Customer acquisition strategy: How to acquire more customers in 2023

Main illustration: Matt Yow

Even the best businesses in the world lose customers. That’s why you need to find a strategy to steadily bring in new customers in order to survive – and thrive.

Without a strategy to acquire customers, it’s easy to keep doing what seems to be working without examining how effective your approach truly is. Or on the other hand, invest too little money in a channel that has the potential to bring in many more customers than it does right now.

The best way to improve your customer acquisition is to have a set strategy – one where you know how you’re going to generate demand, what you’re spending on these efforts, and how you’re going to convert visitors into paying customers. (For that last critical step, live chat and chatbots can help!)

What is customer acquisition?

Customer acquisition is the set of activities that businesses use to bring in new customers. Acquiring new customers involves creating a sustainable acquisition strategy that can evolve over time.

You need to put resources and time into customer acquisition because you can’t assume your customers will always stick around. It’s possible to describe the three primary reasons for B2B customer churn like this:

  • Marriage: This happens when one of your customers acquires another, or two merge into a new company. For them, it might mean more money — for you, it means the loss of an account.
  • Divorce: Some of your customers will leave you. They’ll find a lower-priced competitor to try instead or go back to a more familiar product.
  • Death: Some of your customers just won’t be able to pay you. This usually happens when their company goes out of business or experiences financial hardship.

Because some level of “marriage, divorce, and death” are inevitable — no matter how good your retention strategy is — you need to have plans in place to fill the gaps left by these lost accounts and sustain your business long term.

Customer acquisition starts with your product

The first plan you need to make is your product roadmap. The best marketing in the world can’t help you if your product or service isn’t up to scratch.

At Intercom, a lot of our customers come to us after experiencing our products on other websites. When people go to a website that has our Messenger, they experience the power of receiving instant answers through live chat. By default, our Messenger shows a small “We run on Intercom” message that links out to more information. That’s why we prioritize high product standards above all else — it helps our product market itself.

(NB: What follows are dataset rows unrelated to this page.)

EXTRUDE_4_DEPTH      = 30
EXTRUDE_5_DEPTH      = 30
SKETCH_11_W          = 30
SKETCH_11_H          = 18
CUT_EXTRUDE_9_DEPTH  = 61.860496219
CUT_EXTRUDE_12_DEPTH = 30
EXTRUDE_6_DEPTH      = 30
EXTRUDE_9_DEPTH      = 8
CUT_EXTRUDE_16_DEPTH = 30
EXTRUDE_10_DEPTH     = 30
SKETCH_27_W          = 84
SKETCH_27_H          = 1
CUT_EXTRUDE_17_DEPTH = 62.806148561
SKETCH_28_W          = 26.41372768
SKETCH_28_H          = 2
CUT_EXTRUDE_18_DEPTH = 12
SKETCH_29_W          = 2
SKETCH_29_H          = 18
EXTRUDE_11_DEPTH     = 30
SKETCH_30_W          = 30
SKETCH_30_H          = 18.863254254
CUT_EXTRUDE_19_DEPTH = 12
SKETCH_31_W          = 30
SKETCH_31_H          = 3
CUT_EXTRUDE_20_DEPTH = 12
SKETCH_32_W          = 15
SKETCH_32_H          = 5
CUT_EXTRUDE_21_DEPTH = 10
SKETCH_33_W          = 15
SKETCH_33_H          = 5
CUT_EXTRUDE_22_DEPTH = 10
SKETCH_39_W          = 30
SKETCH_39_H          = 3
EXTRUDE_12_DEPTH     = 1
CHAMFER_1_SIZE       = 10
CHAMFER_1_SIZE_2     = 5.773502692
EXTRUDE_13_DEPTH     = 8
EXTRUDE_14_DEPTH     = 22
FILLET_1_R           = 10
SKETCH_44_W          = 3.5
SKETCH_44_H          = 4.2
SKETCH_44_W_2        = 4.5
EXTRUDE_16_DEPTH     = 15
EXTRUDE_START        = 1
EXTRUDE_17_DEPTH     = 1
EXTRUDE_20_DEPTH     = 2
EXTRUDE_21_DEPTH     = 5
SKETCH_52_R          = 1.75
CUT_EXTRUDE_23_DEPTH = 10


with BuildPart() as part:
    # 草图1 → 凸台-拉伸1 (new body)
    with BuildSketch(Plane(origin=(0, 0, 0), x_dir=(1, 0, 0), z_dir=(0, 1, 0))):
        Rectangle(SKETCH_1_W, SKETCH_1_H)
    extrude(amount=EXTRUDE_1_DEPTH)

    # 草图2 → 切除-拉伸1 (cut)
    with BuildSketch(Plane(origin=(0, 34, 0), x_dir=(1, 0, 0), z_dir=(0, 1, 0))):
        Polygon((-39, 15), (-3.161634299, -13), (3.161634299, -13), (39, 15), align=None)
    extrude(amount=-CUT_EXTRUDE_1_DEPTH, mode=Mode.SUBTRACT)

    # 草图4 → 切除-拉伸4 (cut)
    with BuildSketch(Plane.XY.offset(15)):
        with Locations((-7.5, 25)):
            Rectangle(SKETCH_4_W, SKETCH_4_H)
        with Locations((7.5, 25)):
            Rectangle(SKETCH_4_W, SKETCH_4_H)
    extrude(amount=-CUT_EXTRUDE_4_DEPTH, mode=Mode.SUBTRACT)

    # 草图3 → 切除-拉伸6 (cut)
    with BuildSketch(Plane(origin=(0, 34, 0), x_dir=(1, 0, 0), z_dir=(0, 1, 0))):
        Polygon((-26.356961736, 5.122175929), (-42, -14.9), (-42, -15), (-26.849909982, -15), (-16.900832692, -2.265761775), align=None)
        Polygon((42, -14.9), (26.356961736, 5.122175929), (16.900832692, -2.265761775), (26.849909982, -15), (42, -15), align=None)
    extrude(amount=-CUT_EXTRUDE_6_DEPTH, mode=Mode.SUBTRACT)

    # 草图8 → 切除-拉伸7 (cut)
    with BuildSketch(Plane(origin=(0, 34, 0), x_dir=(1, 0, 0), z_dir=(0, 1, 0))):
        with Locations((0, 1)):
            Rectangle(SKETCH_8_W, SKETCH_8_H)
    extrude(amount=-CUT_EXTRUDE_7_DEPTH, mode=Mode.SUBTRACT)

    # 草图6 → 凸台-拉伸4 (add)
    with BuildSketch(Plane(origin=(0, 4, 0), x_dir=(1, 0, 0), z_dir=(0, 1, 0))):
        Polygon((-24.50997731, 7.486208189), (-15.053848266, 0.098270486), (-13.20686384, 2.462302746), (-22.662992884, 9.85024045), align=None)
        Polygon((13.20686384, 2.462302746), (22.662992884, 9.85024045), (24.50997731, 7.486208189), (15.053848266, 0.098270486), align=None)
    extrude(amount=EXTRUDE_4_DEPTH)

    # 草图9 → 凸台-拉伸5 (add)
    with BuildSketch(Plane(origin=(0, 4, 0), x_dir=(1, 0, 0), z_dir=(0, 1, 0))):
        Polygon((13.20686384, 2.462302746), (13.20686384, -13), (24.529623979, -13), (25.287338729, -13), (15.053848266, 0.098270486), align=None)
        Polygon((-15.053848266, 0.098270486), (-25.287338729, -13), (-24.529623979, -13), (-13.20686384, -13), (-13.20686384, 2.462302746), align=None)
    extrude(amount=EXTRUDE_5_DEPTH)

Intercom Messengers on various websites
Intercom Messengers around the web

Paid vs. organic customer acquisition strategies

Of course, we support the product experience with other customer acquisition activities. Typically customer acquisition strategies fall into two buckets: paid and organic.

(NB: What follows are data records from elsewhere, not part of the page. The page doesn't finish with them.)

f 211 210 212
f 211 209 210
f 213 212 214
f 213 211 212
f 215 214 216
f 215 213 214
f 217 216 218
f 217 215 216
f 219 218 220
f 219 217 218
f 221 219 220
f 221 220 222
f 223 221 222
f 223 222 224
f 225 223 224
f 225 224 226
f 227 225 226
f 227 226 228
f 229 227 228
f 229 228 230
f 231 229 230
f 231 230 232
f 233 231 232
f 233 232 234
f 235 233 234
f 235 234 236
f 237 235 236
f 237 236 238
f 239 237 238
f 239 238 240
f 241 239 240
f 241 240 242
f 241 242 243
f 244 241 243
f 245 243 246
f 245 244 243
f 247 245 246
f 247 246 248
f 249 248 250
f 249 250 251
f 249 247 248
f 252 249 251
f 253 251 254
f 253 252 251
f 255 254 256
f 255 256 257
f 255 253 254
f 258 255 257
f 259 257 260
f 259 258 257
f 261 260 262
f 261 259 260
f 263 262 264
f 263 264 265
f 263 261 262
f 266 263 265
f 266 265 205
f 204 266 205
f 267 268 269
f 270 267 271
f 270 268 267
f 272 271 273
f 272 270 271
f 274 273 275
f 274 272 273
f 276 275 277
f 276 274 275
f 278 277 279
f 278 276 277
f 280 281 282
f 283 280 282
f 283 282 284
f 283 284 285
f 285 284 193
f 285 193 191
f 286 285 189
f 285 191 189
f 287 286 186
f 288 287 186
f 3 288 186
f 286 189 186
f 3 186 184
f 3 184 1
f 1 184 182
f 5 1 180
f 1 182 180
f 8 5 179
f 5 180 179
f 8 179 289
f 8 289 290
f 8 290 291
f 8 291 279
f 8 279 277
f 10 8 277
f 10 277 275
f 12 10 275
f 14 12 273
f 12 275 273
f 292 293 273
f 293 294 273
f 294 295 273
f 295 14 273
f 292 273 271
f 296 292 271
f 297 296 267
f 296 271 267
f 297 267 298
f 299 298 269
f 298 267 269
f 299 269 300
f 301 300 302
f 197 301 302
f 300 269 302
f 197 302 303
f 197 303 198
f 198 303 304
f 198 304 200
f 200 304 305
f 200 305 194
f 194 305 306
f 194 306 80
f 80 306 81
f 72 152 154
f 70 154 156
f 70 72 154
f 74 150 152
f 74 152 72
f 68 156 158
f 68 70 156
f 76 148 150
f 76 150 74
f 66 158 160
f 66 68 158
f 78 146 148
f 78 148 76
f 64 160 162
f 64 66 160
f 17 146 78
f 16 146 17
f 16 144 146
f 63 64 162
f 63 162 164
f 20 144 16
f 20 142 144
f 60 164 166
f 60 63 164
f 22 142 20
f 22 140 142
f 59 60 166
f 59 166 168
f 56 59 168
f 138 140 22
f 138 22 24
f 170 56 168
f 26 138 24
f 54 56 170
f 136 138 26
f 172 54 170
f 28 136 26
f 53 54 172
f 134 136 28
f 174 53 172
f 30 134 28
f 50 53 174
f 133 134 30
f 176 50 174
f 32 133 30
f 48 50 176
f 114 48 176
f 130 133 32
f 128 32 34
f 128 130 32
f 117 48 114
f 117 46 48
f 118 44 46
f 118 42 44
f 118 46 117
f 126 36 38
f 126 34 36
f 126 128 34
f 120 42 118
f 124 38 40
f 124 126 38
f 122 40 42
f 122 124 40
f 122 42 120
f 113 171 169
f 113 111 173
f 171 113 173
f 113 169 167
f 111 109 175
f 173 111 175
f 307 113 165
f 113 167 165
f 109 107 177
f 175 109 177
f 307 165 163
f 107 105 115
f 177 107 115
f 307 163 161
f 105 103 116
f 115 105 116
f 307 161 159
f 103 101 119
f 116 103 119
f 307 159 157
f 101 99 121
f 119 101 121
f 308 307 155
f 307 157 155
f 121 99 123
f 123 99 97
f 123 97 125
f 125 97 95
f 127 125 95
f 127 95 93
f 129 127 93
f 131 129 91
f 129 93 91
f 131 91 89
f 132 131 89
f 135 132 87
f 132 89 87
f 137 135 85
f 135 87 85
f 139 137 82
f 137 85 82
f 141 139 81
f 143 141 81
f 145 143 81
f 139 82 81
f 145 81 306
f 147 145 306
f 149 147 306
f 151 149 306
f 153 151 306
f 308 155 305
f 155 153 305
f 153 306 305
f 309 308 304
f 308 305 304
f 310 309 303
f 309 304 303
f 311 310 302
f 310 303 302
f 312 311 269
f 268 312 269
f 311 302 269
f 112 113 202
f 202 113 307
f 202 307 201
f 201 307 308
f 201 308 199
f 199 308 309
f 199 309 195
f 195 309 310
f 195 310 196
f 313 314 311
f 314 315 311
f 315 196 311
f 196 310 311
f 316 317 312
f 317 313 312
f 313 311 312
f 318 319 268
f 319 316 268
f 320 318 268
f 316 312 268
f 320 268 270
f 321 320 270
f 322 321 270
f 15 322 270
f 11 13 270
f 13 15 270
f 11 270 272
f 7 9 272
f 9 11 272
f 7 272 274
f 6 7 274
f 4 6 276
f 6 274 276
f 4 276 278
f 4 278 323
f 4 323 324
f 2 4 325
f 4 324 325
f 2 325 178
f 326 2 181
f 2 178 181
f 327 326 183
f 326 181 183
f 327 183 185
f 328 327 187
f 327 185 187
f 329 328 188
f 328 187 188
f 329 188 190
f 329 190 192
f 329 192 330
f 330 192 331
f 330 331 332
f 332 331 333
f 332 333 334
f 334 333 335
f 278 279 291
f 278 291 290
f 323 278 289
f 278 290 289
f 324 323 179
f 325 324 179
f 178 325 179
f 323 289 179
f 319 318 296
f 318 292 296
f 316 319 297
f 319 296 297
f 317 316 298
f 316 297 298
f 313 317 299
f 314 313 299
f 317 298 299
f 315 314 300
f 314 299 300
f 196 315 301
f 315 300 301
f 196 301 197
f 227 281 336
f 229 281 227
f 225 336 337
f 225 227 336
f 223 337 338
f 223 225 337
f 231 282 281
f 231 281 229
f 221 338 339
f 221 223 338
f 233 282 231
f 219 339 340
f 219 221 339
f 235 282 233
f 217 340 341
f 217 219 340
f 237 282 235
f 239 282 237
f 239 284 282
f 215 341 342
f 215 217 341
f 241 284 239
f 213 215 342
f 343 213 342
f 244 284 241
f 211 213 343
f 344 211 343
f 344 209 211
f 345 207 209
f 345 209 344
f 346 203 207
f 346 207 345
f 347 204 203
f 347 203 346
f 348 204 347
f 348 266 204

You’re using paid customer acquisition strategies if you’re actively investing money to get a potential customer to take action. This may mean that you pay a fee when they click a link or ad or that you send money to another business in exchange for a customer referral.

Some of the most common paid customer acquisition methods are:

  • Pay-per-click (PPC) ads

    Small, text-based ads on Google and other search engines to drive direct response or brand awareness. You pay every time someone clicks your ad. It’s a cost-effective way to get your brand “above-the-fold” if your website content is not ranking highly enough.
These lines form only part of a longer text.